Afterwards, the actual upgrade tool can be called. As options it takes the future distribution version and a URL to pull the data from. Additionally I had to add the option --force since the tool complained that preupg was not run previously – although it was. As soon as the upgrade tool is called, it starts downloading all necessary information, packages and images, and afterwards asks for a reboot – the reboot does not happen automatically.

$ sudo /usr/bin/redhat-upgrade-tool-cli --force --network 7 --instrepo=http://mirror.centos.org/centos/7/os/x86_64
setting up repos...
.treeinfo                                                                                                                                            | 1.1 kB     00:00     
getting boot images...

After the reboot the machine updates itself with the help of the downloaded packages. Note that this phase does take some time, depending on the speed of the machine, expect minutes, not seconds.
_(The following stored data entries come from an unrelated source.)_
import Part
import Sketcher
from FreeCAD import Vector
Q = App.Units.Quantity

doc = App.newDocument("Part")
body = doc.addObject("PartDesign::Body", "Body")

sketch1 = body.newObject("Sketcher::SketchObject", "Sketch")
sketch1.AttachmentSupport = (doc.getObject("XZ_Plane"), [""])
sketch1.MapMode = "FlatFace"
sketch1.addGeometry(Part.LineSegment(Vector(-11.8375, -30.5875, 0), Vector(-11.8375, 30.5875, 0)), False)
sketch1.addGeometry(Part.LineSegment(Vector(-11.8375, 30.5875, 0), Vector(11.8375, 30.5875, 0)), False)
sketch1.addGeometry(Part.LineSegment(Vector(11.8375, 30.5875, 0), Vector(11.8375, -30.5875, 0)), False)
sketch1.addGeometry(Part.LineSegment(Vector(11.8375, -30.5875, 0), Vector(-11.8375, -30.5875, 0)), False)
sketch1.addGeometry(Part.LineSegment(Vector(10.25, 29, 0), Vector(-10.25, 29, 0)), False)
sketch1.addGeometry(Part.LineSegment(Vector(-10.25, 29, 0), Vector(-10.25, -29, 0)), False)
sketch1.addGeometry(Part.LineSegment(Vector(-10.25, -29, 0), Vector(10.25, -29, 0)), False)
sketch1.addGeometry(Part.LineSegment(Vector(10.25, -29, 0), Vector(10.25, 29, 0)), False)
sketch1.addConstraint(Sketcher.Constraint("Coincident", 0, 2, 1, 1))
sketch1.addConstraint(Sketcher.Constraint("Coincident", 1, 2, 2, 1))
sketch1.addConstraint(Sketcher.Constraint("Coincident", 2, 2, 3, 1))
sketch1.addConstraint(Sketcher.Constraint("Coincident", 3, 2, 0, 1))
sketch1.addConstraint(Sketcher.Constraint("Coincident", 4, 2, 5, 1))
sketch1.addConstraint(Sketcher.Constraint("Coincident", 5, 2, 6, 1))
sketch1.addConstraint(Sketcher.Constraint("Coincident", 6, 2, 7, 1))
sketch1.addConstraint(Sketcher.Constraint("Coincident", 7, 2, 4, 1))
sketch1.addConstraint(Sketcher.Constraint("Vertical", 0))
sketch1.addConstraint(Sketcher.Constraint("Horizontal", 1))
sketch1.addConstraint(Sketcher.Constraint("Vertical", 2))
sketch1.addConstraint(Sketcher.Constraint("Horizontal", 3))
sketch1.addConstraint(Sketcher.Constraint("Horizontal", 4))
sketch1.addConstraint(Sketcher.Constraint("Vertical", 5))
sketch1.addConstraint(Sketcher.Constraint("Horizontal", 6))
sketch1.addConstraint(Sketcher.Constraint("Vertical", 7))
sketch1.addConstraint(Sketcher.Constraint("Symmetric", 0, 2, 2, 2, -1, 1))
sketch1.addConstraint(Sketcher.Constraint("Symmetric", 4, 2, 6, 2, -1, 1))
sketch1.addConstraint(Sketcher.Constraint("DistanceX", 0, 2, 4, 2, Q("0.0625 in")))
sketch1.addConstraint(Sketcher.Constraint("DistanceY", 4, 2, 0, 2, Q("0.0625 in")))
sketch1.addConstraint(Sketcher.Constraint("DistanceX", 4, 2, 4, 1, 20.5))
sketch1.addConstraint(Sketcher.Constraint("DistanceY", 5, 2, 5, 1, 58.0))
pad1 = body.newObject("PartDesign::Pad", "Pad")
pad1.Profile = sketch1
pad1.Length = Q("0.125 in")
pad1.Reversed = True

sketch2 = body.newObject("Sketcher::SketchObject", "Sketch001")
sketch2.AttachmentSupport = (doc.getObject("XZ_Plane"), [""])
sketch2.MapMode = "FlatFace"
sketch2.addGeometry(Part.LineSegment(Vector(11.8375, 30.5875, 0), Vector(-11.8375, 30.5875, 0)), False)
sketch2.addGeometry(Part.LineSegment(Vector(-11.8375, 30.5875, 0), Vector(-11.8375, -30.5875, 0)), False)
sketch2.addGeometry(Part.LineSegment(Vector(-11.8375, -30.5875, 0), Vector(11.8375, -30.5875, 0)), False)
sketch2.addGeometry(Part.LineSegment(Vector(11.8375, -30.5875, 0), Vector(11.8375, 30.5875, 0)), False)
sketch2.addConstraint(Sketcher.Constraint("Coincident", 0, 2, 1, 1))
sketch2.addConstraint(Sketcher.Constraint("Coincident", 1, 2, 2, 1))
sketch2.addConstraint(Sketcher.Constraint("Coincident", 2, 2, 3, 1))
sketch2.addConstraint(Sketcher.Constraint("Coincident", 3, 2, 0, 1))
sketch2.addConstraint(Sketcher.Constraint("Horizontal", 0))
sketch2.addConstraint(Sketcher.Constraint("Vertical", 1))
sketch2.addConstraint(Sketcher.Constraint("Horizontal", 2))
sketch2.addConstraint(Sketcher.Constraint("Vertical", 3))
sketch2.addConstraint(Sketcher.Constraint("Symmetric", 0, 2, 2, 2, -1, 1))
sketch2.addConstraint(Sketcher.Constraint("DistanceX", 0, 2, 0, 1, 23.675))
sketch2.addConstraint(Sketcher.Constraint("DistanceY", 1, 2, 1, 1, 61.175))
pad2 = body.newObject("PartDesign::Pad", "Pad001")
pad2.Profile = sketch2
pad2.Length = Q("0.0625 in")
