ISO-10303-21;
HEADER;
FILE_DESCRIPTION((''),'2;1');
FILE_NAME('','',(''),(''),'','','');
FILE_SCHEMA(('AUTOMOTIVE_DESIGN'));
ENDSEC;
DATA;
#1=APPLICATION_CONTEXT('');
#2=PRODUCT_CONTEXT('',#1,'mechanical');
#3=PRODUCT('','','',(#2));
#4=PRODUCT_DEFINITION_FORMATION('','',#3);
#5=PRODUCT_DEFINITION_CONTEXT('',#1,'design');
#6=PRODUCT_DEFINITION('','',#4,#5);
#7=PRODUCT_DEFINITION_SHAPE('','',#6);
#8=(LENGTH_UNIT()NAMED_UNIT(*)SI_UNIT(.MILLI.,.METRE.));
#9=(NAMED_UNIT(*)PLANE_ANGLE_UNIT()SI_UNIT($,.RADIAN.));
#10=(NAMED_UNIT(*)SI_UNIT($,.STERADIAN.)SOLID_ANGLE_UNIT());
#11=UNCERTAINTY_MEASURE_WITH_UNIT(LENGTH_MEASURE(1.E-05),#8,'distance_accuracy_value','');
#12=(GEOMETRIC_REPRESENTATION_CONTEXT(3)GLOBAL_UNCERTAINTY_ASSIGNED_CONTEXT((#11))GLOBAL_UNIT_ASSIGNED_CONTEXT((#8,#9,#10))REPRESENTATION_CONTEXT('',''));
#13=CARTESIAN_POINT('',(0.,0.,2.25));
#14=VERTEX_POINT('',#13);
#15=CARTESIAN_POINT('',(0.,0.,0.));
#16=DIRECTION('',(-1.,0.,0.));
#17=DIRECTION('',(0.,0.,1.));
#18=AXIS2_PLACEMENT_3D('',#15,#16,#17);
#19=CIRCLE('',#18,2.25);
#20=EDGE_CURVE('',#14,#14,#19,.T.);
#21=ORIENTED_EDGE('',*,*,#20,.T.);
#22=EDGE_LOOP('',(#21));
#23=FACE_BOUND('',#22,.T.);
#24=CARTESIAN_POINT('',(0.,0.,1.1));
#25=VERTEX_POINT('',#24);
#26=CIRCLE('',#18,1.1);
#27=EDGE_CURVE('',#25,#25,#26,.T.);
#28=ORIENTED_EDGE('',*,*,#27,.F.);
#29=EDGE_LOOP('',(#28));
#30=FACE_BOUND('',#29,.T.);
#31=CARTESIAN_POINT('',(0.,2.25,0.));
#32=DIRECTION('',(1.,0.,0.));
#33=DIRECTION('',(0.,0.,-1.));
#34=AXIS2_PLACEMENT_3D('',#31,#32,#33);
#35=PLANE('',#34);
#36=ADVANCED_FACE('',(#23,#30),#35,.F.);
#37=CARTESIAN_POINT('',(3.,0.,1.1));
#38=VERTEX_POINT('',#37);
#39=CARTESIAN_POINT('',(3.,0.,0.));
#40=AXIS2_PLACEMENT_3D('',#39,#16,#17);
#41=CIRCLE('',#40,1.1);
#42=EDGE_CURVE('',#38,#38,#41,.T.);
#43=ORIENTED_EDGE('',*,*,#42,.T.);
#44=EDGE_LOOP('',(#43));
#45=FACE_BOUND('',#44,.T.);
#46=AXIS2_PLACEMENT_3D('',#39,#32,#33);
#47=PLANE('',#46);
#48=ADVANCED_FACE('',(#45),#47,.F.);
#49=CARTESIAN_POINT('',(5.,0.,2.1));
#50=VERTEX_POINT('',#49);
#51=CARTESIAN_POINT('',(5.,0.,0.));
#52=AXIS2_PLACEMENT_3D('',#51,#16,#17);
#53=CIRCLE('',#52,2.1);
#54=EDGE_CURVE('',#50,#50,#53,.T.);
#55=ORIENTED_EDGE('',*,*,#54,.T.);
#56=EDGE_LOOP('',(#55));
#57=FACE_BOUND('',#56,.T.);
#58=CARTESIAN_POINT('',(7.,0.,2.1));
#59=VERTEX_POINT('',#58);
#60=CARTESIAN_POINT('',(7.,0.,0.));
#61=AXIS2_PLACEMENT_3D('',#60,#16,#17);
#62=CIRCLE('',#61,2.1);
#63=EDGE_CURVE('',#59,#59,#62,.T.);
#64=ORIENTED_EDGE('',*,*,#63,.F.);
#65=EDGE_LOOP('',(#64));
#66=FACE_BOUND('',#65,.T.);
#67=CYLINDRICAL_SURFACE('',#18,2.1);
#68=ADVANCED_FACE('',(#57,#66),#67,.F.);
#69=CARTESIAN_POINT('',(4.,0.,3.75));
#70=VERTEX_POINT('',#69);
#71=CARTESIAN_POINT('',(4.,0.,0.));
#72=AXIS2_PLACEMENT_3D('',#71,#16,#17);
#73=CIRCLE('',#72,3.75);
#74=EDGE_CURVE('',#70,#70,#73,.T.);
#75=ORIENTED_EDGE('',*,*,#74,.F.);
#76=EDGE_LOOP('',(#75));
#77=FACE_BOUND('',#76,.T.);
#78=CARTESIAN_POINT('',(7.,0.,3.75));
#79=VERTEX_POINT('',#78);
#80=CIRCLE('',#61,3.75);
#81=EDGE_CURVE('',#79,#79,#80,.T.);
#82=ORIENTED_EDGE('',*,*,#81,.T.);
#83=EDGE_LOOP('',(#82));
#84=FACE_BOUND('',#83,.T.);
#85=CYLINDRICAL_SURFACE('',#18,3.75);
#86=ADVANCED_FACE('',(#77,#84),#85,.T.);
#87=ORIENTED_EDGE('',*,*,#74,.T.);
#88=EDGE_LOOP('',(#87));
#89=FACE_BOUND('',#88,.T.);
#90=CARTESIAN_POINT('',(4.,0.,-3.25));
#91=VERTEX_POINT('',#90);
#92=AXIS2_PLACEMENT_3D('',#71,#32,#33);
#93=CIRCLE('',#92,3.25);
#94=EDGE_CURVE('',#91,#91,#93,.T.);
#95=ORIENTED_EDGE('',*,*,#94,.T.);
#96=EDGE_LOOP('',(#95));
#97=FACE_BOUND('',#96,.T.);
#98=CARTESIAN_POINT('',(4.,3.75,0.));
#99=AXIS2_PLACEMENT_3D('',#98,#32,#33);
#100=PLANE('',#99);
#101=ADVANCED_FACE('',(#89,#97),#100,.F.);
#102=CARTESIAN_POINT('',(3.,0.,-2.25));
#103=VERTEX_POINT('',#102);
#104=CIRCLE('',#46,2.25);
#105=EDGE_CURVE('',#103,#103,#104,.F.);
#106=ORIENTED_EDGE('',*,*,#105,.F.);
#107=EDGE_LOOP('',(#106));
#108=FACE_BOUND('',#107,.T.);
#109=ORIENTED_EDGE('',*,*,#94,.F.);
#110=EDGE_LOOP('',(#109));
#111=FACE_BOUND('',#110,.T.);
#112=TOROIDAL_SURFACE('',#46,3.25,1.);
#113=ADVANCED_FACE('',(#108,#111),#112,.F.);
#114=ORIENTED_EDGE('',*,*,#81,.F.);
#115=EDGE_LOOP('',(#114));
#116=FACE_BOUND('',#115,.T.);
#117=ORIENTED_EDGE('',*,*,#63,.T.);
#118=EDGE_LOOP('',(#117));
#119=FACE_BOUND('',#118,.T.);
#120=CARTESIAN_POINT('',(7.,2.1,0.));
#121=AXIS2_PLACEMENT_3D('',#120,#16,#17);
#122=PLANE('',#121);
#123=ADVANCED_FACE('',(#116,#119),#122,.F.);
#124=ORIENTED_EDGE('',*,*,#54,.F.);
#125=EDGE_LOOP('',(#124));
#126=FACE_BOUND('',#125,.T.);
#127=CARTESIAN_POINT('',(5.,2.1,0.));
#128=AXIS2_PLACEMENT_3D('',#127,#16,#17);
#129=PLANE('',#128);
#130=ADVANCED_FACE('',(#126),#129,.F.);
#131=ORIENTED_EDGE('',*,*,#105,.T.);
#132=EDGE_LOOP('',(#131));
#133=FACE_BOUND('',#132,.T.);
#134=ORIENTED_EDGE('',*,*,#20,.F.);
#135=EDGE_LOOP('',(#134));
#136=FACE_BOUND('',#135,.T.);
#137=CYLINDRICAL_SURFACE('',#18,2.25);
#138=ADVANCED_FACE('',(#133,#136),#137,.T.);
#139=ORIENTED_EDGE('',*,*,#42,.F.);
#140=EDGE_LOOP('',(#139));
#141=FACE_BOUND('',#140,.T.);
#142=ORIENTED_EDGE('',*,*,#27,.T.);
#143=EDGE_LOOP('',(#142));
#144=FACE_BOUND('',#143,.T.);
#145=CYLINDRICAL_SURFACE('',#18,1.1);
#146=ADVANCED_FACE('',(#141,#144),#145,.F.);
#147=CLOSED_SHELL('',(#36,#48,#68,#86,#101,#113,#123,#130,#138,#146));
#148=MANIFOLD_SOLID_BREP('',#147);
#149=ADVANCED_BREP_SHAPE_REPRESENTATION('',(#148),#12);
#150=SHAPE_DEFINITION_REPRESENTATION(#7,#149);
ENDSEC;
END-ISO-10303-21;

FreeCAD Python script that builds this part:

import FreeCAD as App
import Part
import Sketcher

V = App.Vector


def edges_at(feature, points):
    """Names of the edges that pass closest to the given points."""
    edges = feature.Shape.Edges
    near = lambda p: min(range(len(edges)), key=lambda i: edges[i].distToShape(Part.Vertex(*p))[0])
    return sorted({f"Edge{near(p) + 1}" for p in points})

doc = App.newDocument("Part")
body = doc.addObject("PartDesign::Body", "Body")

sketch1 = body.newObject("Sketcher::SketchObject", "Sketch")
sketch1.AttachmentSupport = (doc.getObject("XY_Plane"), [""])
sketch1.MapMode = "FlatFace"
sketch1.addGeometry([
    Part.LineSegment(V(0, 1.1, 0), V(3, 1.1, 0)),
    Part.LineSegment(V(3, 1.1, 0), V(3, 0, 0)),
    Part.LineSegment(V(3, 0, 0), V(5, 0, 0)),
    Part.LineSegment(V(5, 0, 0), V(5, 2.1, 0)),
    Part.LineSegment(V(5, 2.1, 0), V(7, 2.1, 0)),
    Part.LineSegment(V(7, 2.1, 0), V(7, 3.8, 0)),
    Part.LineSegment(V(7, 3.8, 0), V(4, 3.8, 0)),
    Part.LineSegment(V(4, 3.8, 0), V(4, 2.2, 0)),
    Part.LineSegment(V(4, 2.2, 0), V(0, 2.2, 0)),
    Part.LineSegment(V(0, 2.2, 0), V(0, 1.1, 0)),
], False)
sketch1.addConstraint([
    Sketcher.Constraint("Coincident", 0, 2, 1, 1),
    Sketcher.Constraint("Coincident", 1, 2, 2, 1),
    Sketcher.Constraint("Coincident", 2, 2, 3, 1),
    Sketcher.Constraint("Coincident", 3, 2, 4, 1),
    Sketcher.Constraint("Coincident", 4, 2, 5, 1),
    Sketcher.Constraint("Coincident", 5, 2, 6, 1),
    Sketcher.Constraint("Coincident", 6, 2, 7, 1),
    Sketcher.Constraint("Coincident", 7, 2, 8, 1),
    Sketcher.Constraint("Coincident", 8, 2, 9, 1),
    Sketcher.Constraint("Coincident", 9, 2, 0, 1),
    Sketcher.Constraint("Horizontal", 0),
    Sketcher.Constraint("Vertical", 1),
    Sketcher.Constraint("Horizontal", 2),
    Sketcher.Constraint("Vertical", 3),
    Sketcher.Constraint("Horizontal", 4),
    Sketcher.Constraint("Vertical", 5),
    Sketcher.Constraint("Horizontal", 6),
    Sketcher.Constraint("Vertical", 7),
    Sketcher.Constraint("Horizontal", 8),
    Sketcher.Constraint("Vertical", 9),
    Sketcher.Constraint("PointOnObject", 1, 2, -1),
    Sketcher.Constraint("PointOnObject", 8, 2, -2),
    Sketcher.Constraint("Equal", 2, 4),
    Sketcher.Constraint("Equal", 0, 6),
    Sketcher.Constraint("DistanceX", 0, 1, 0, 2, 3.0),
    Sketcher.Constraint("DistanceX", 2, 1, 2, 2, 2.0),
    Sketcher.Constraint("DistanceY", 1, 2, 1, 1, 1.1),
    Sketcher.Constraint("DistanceY", 3, 1, 3, 2, 2.1),
    Sketcher.Constraint("DistanceY", 7, 2, 7, 1, 1.5),
    Sketcher.Constraint("DistanceY", 5, 1, 5, 2, 1.65),
])
revolution = body.newObject("PartDesign::Revolution", "Revolution")
revolution.Profile = sketch1
revolution.ReferenceAxis = (sketch1, ["H_Axis"])
revolution.Angle = 360
doc.recompute()

fillet = body.newObject("PartDesign::Fillet", "Fillet")
fillet.Base = (revolution, edges_at(revolution, [(4, -2.25, 0)]))
fillet.Radius = 1

doc.recompute()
However, if everything turns out right, the next login will be into a CentOS 7 machine:

$ cat /etc/os-release 
NAME="CentOS Linux"
VERSION="7 (Core)"
ID="centos"
ID_LIKE="rhel fedora"
VERSION_ID="7"
PRETTY_NAME="CentOS Linux 7 (Core)"
ANSI_COLOR="0;31"
CPE_NAME="cpe:/o:centos:centos:7"
HOME_URL="https://www.centos.org/"
BUG_REPORT_URL="https://bugs.centos.org/"

Concluding it can be said that the upgrade tool worked quite nicely. While it is not comparable to a real live upgrade if offers a decent way to upgrade remote servers. I’ve tested it with a clean VM and also with a bare metal, remote server, and it worked surprisingly good. The analysis tool unfortunately did not perform how I expected it to work, but that might be due to the untested state or I was not using it properly. I’m looking forward what how that develops and improves over time.

But, again, and as mentioned before – don’t try this on your own prod servers.